Pierre Goldman, figlio di due ebrei polacchi – il padre naturalizzato francese era stato un eroe della Resistenza -, è un militante di estrema sinistra, guerrigliero a Cuba e in Venezuela all’indomani della morte di Che Guevara. La maggior parte dei suoi amici sono neri e/o sudamericani. Fin dall’inizio ha confessato tre rapine ma si dichiara completamente estraneo alla quarta (quella del 1969) che implicava il doppio omicidio delle farmaciste. Goldman ha una sua rigorosa filosofia morale e asserisce che non avrebbe mai potuto sparare a due donne inermi che non gli avevano fatto nulla.
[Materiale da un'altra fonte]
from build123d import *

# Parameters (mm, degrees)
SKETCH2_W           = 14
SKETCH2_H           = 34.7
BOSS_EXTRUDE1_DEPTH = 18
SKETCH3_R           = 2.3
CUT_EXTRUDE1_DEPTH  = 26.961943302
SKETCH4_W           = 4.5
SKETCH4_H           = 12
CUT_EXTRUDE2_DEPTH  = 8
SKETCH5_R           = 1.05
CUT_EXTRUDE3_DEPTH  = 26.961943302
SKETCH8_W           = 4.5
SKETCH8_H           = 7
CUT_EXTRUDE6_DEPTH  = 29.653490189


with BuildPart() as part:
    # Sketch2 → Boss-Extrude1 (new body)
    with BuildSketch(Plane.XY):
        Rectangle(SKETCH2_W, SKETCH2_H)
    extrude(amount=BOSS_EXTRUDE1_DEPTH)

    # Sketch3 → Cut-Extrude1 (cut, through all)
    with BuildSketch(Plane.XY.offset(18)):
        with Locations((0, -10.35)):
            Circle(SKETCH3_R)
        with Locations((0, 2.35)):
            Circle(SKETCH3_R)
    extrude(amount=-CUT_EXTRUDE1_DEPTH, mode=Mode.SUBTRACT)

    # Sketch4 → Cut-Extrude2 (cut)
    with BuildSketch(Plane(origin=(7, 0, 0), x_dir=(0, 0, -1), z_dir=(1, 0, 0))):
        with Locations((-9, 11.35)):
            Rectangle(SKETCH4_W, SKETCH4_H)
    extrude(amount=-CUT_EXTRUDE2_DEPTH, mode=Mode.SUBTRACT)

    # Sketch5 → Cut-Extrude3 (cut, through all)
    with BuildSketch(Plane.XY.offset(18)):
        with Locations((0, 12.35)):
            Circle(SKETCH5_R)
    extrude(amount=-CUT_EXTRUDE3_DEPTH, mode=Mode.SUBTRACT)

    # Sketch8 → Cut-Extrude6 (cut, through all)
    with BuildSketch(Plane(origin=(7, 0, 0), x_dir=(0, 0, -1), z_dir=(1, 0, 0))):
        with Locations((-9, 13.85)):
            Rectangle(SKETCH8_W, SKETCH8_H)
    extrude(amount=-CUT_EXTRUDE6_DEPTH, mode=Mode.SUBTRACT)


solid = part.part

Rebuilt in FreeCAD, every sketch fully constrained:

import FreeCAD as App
import Part
import Sketcher
from FreeCAD import Vector
Q = App.Units.Quantity

doc = App.newDocument("Part")
body = doc.addObject("PartDesign::Body", "Body")

# Sketch on XY plane
sketch1 = body.newObject("Sketcher::SketchObject", "Sketch")
sketch1.AttachmentSupport = (doc.getObject("XY_Plane"), [""])
sketch1.MapMode = "FlatFace"
sketch1.addGeometry([
    Part.LineSegment(Vector(-7, 17.35, 0), Vector(-7, -17.35, 0)),
    Part.LineSegment(Vector(-7, -17.35, 0), Vector(7, -17.35, 0)),
    Part.LineSegment(Vector(7, -17.35, 0), Vector(7, 17.35, 0)),
    Part.LineSegment(Vector(7, 17.35, 0), Vector(-7, 17.35, 0)),
], False)
sketch1.addConstraint([
    Sketcher.Constraint("Coincident", 0, 2, 1, 1),
    Sketcher.Constraint("Coincident", 1, 2, 2, 1),
    Sketcher.Constraint("Coincident", 2, 2, 3, 1),
    Sketcher.Constraint("Coincident", 3, 2, 0, 1),
    Sketcher.Constraint("Vertical", 0),
    Sketcher.Constraint("Horizontal", 1),
    Sketcher.Constraint("Vertical", 2),
    Sketcher.Constraint("Horizontal", 3),
    Sketcher.Constraint("Symmetric", 0, 2, 2, 2, -1, 1),
    Sketcher.Constraint("DistanceX", 1, 1, 1, 2, Q("14 mm")),
    Sketcher.Constraint("DistanceY", 0, 2, 0, 1, Q("34.7 mm")),
])
pad1 = body.newObject("PartDesign::Pad", "Pad")
pad1.Profile = sketch1
pad1.Length = 18

# Sketch on XY plane
sketch2 = body.newObject("Sketcher::SketchObject", "Sketch001")
sketch2.AttachmentSupport = (doc.getObject("XY_Plane"), [""])
sketch2.MapMode = "FlatFace"
sketch2.AttachmentOffset = App.Placement(Vector(0, 0, 18), App.Rotation())
sketch2.addGeometry([
    Part.Circle(Vector(0, -10.35, 0), Vector(0, 0, 1), 2.3),
    Part.Circle(Vector(0, 2.35, 0), Vector(0, 0, 1), 2.3),
], False)
sketch2.addConstraint([
    Sketcher.Constraint("Equal", 0, 1),
    Sketcher.Constraint("PointOnObject", 0, 3, -2),
    Sketcher.Constraint("PointOnObject", 1, 3, -2),
    Sketcher.Constraint("Diameter", 0, Q("4.6 mm")),
    Sketcher.Constraint("DistanceY", 0, 3, 1, 3, Q("12.7 mm")),
    Sketcher.Constraint("DistanceY", 0, 3, -1, 1, Q("10.35 mm")),
])
pocket1 = body.newObject("PartDesign::Pocket", "Pocket")
pocket1.Profile = sketch2
pocket1.Type = "ThroughAll"

# Sketch on YZ plane
sketch3 = body.newObject("Sketcher::SketchObject", "Sketch002")
sketch3.AttachmentSupport = (doc.getObject("YZ_Plane"), [""])
sketch3.MapMode = "FlatFace"
sketch3.AttachmentOffset = App.Placement(Vector(0, 0, 7), App.Rotation())
sketch3.addGeometry([
    Part.LineSegment(Vector(17.35, 11.25, 0), Vector(5.35, 11.25, 0)),
    Part.LineSegment(Vector(5.35, 11.25, 0), Vector(5.35, 6.75, 0)),
    Part.LineSegment(Vector(5.35, 6.75, 0), Vector(17.35, 6.75, 0)),
    Part.LineSegment(Vector(17.35, 6.75, 0), Vector(17.35, 11.25, 0)),
], False)
sketch3.addConstraint([
    Sketcher.Constraint("Coincident", 0, 2, 1, 1),
    Sketcher.Constraint("Coincident", 1, 2, 2, 1),
    Sketcher.Constraint("Coincident", 2, 2, 3, 1),
    Sketcher.Constraint("Coincident", 3, 2, 0, 1),
    Sketcher.Constraint("Horizontal", 0),
    Sketcher.Constraint("Vertical", 1),
    Sketcher.Constraint("Horizontal", 2),
    Sketcher.Constraint("Vertical", 3),
    Sketcher.Constraint("DistanceX", 0, 2, 0, 1, Q("12 mm")),
    Sketcher.Constraint("DistanceY", 1, 2, 1, 1, Q("4.5 mm")),
    Sketcher.Constraint("DistanceX", -1, 1, 0, 2, Q("5.35 mm")),
    Sketcher.Constraint("DistanceY", -1, 1, 0, 2, Q("11.25 mm")),
])
pocket2 = body.newObject("PartDesign::Pocket", "Pocket001")
pocket2.Profile = sketch3
pocket2.Length = 8

# Sketch on XY plane
sketch4 = body.newObject("Sketcher::SketchObject", "Sketch003")
sketch4.AttachmentSupport = (doc.getObject("XY_Plane"), [""])
sketch4.MapMode = "FlatFace"
sketch4.AttachmentOffset = App.Placement(Vector(0, 0, 18), App.Rotation())
sketch4.addGeometry(Part.Circle(Vector(0, 12.35, 0), Vector(0, 0, 1), 1.05), False)
sketch4.addConstraint([
    Sketcher.Constraint("PointOnObject", 0, 3, -2),
    Sketcher.Constraint("Diameter", 0, Q("2.1 mm")),
    Sketcher.Constraint("DistanceY", -1, 1, 0, 3, Q("12.35 mm")),
])
pocket3 = body.newObject("PartDesign::Pocket", "Pocket002")
pocket3.Profile = sketch4
pocket3.Type = "ThroughAll"

# Sketch on YZ plane
sketch5 = body.newObject("Sketcher::SketchObject", "Sketch004")
sketch5.AttachmentSupport = (doc.getObject("YZ_Plane"), [""])
sketch5.MapMode = "FlatFace"
sketch5.AttachmentOffset = App.Placement(Vector(0, 0, 7), App.Rotation())
sketch5.addGeometry([
    Part.LineSegment(Vector(17.35, 11.25, 0), Vector(10.35, 11.25, 0)),
    Part.LineSegment(Vector(10.35, 11.25, 0), Vector(10.35, 6.75, 0)),
    Part.LineSegment(Vector(10.35, 6.75, 0), Vector(17.35, 6.75, 0)),
    Part.LineSegment(Vector(17.35, 6.75, 0), Vector(17.35, 11.25, 0)),
], False)
sketch5.addConstraint([
    Sketcher.Constraint("Coincident", 0, 2, 1, 1),
    Sketcher.Constraint("Coincident", 1, 2, 2, 1),
    Sketcher.Constraint("Coincident", 2, 2, 3, 1),
    Sketcher.Constraint("Coincident", 3, 2, 0, 1),
    Sketcher.Constraint("Horizontal", 0),
    Sketcher.Constraint("Vertical", 1),
    Sketcher.Constraint("Horizontal", 2),
    Sketcher.Constraint("Vertical", 3),
    Sketcher.Constraint("DistanceX", 0, 2, 0, 1, Q("7 mm")),
    Sketcher.Constraint("DistanceY", 1, 2, 1, 1, Q("4.5 mm")),
    Sketcher.Constraint("DistanceX", -1, 1, 0, 2, Q("10.35 mm")),
    Sketcher.Constraint("DistanceY", -1, 1, 0, 2, Q("11.25 mm")),
])
pocket4 = body.newObject("PartDesign::Pocket", "Pocket003")
pocket4.Profile = sketch5
pocket4.Type = "ThroughAll"

doc.recompute()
Intervenendo continuamente nel dibattimento trasforma l’aula di tribunale in un grande palcoscenico, dopo che aveva pubblicato un romanzo autobiografico, scritto in carcere, dal titolo “Memorie oscure di un ebreo polacco nato in Francia”.
A tratti Goldman da accusato diventa accusatore e, rischiando la propria vita, taccia la polizia di corruzione e la giuria di razzismo. E non avrebbe affatto torto se non fosse che quel suo tono arrogante infastidisce tutti, in particolare il procuratore, insopportabile e conservatore. Alla Francia, evidentemente, non era bastato il precedente caso Dreyfus, che vide scendere in campo in sua difesa intellettuali del calibro di Émile Zola.
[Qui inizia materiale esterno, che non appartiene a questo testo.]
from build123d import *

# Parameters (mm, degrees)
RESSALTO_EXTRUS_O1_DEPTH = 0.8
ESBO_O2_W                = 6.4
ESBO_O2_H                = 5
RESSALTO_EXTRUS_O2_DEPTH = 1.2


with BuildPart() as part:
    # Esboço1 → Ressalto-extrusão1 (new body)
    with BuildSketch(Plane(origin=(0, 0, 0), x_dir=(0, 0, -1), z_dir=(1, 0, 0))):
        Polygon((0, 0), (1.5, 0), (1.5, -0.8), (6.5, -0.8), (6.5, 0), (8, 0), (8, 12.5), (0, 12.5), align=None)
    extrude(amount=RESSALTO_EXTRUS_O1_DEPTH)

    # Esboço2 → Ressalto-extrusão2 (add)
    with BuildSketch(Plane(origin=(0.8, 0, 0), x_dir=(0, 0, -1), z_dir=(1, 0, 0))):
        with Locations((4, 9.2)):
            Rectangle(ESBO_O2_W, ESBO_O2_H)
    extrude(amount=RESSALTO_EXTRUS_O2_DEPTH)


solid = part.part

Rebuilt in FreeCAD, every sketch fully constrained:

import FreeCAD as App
import Part
import Sketcher
Q = App.Units.Quantity


def add_polygon(sketch, points):
    """Adds a closed chain of lines whose ends are joined by coincident constraints."""
    first, n = sketch.GeometryCount, len(points)
    for a, b in zip(points, points[1:] + points[:1]):
        sketch.addGeometry(Part.LineSegment(App.Vector(*a, 0), App.Vector(*b, 0)), False)
    for i in range(n):
        sketch.addConstraint(Sketcher.Constraint("Coincident", first + i, 2, first + (i + 1) % n, 1))

doc = App.newDocument("Part")
body = doc.addObject("PartDesign::Body", "Body")

# Sketch on YZ plane
sketch1 = body.newObject("Sketcher::SketchObject", "Sketch")
sketch1.AttachmentSupport = (doc.getObject("YZ_Plane"), [""])
sketch1.MapMode = "FlatFace"
add_polygon(sketch1, [(0, 0), (0, -1.5), (-0.8, -1.5), (-0.8, -6.5), (0, -6.5), (0, -8), (12.5, -8), (12.5, 0)])  # lines 0-7
sketch1.addConstraint([
    Sketcher.Constraint("Vertical", 0),
    Sketcher.Constraint("Horizontal", 1),
    Sketcher.Constraint("Vertical", 2),
    Sketcher.Constraint("Horizontal", 3),
    Sketcher.Constraint("Vertical", 4),
    Sketcher.Constraint("Horizontal", 5),
    Sketcher.Constraint("Vertical", 6),
    Sketcher.Constraint("Horizontal", 7),
    Sketcher.Constraint("Coincident", 7, 2, -1, 1),
    Sketcher.Constraint("PointOnObject", 3, 2, -2),
    Sketcher.Constraint("Equal", 0, 4),
    Sketcher.Constraint("DistanceY", 2, 2, 2, 1, Q("5 mm")),
    Sketcher.Constraint("DistanceY", 6, 1, 6, 2, Q("8 mm")),
    Sketcher.Constraint("DistanceX", 1, 2, 1, 1, Q("0.8 mm")),
    Sketcher.Constraint("DistanceX", 5, 1, 5, 2, Q("12.5 mm")),
])
pad1 = body.newObject("PartDesign::Pad", "Pad")
pad1.Profile = sketch1
pad1.Length = 0.8

# Sketch on YZ plane
sketch2 = body.newObject("Sketcher::SketchObject", "Sketch001")
sketch2.AttachmentSupport = (doc.getObject("YZ_Plane"), [""])
sketch2.MapMode = "FlatFace"
sketch2.AttachmentOffset = App.Placement(App.Vector(0, 0, 0.8), App.Rotation())
add_polygon(sketch2, [(11.7, -0.8), (6.7, -0.8), (6.7, -7.2), (11.7, -7.2)])  # lines 0-3
sketch2.addConstraint([
    Sketcher.Constraint("Horizontal", 0),
    Sketcher.Constraint("Vertical", 1),
    Sketcher.Constraint("Horizontal", 2),
    Sketcher.Constraint("Vertical", 3),
    Sketcher.Constraint("DistanceX", 0, 2, 0, 1, Q("5 mm")),
    Sketcher.Constraint("DistanceY", 1, 2, 1, 1, Q("6.4 mm")),
    Sketcher.Constraint("DistanceX", -1, 1, 0, 2, Q("6.7 mm")),
    Sketcher.Constraint("DistanceY", 0, 2, -1, 1, Q("0.8 mm")),
])
pad2 = body.newObject("PartDesign::Pad", "Pad001")
pad2.Profile = sketch2
pad2.Length = 1.2

doc.recompute()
L’incipit del film (l’unica scena in un luogo diverso dall’aula del Tribunale) è la lettura di una lettera che il condannato invia al suo avvocato Georges Kiejman (interpretato da Arthur Harari) che con un tono fiero fa riferimento al senso della giustizia e al disprezzo dimostrato da tutti nei confronti delle minoranze. Anche il rapporto tra l’avvocato e il suo assistito si fa teso perché sul filo della ricusazione, Goldman vorrebbe essere giudicato solo sui fatti senza tutti i passaggi psicologici, i giudizi, le interpretazioni che coinvolgono la sua famiglia e i suoi amici e afferma in modo assiomatico: «Sono innocente perché sono innocente!». Chissà se si rende pienamente conto che sta rischiando la pena di morte e rendendo incerto l’esito del processo.
Si può dire che la cronaca giudiziaria in Francia è un genere letterario e giornalistico di incredibile longevità, ed è proprio questa tradizione che Goldman rifiuta, non volendo parlare di sé e della propria vita per creare empatia o “impietosire” i giurati.
Con “Il caso Goldman” Cédric Kahn ha aperto la 55° Quinzaine del Festival di Cannes: un court-drama serratissimo con attori fantastici, che restituisce la complessità della figura dell’intellettuale rivoluzionario Pierre Goldman e fotografa le tensioni dell’epoca post coloniale in Francia.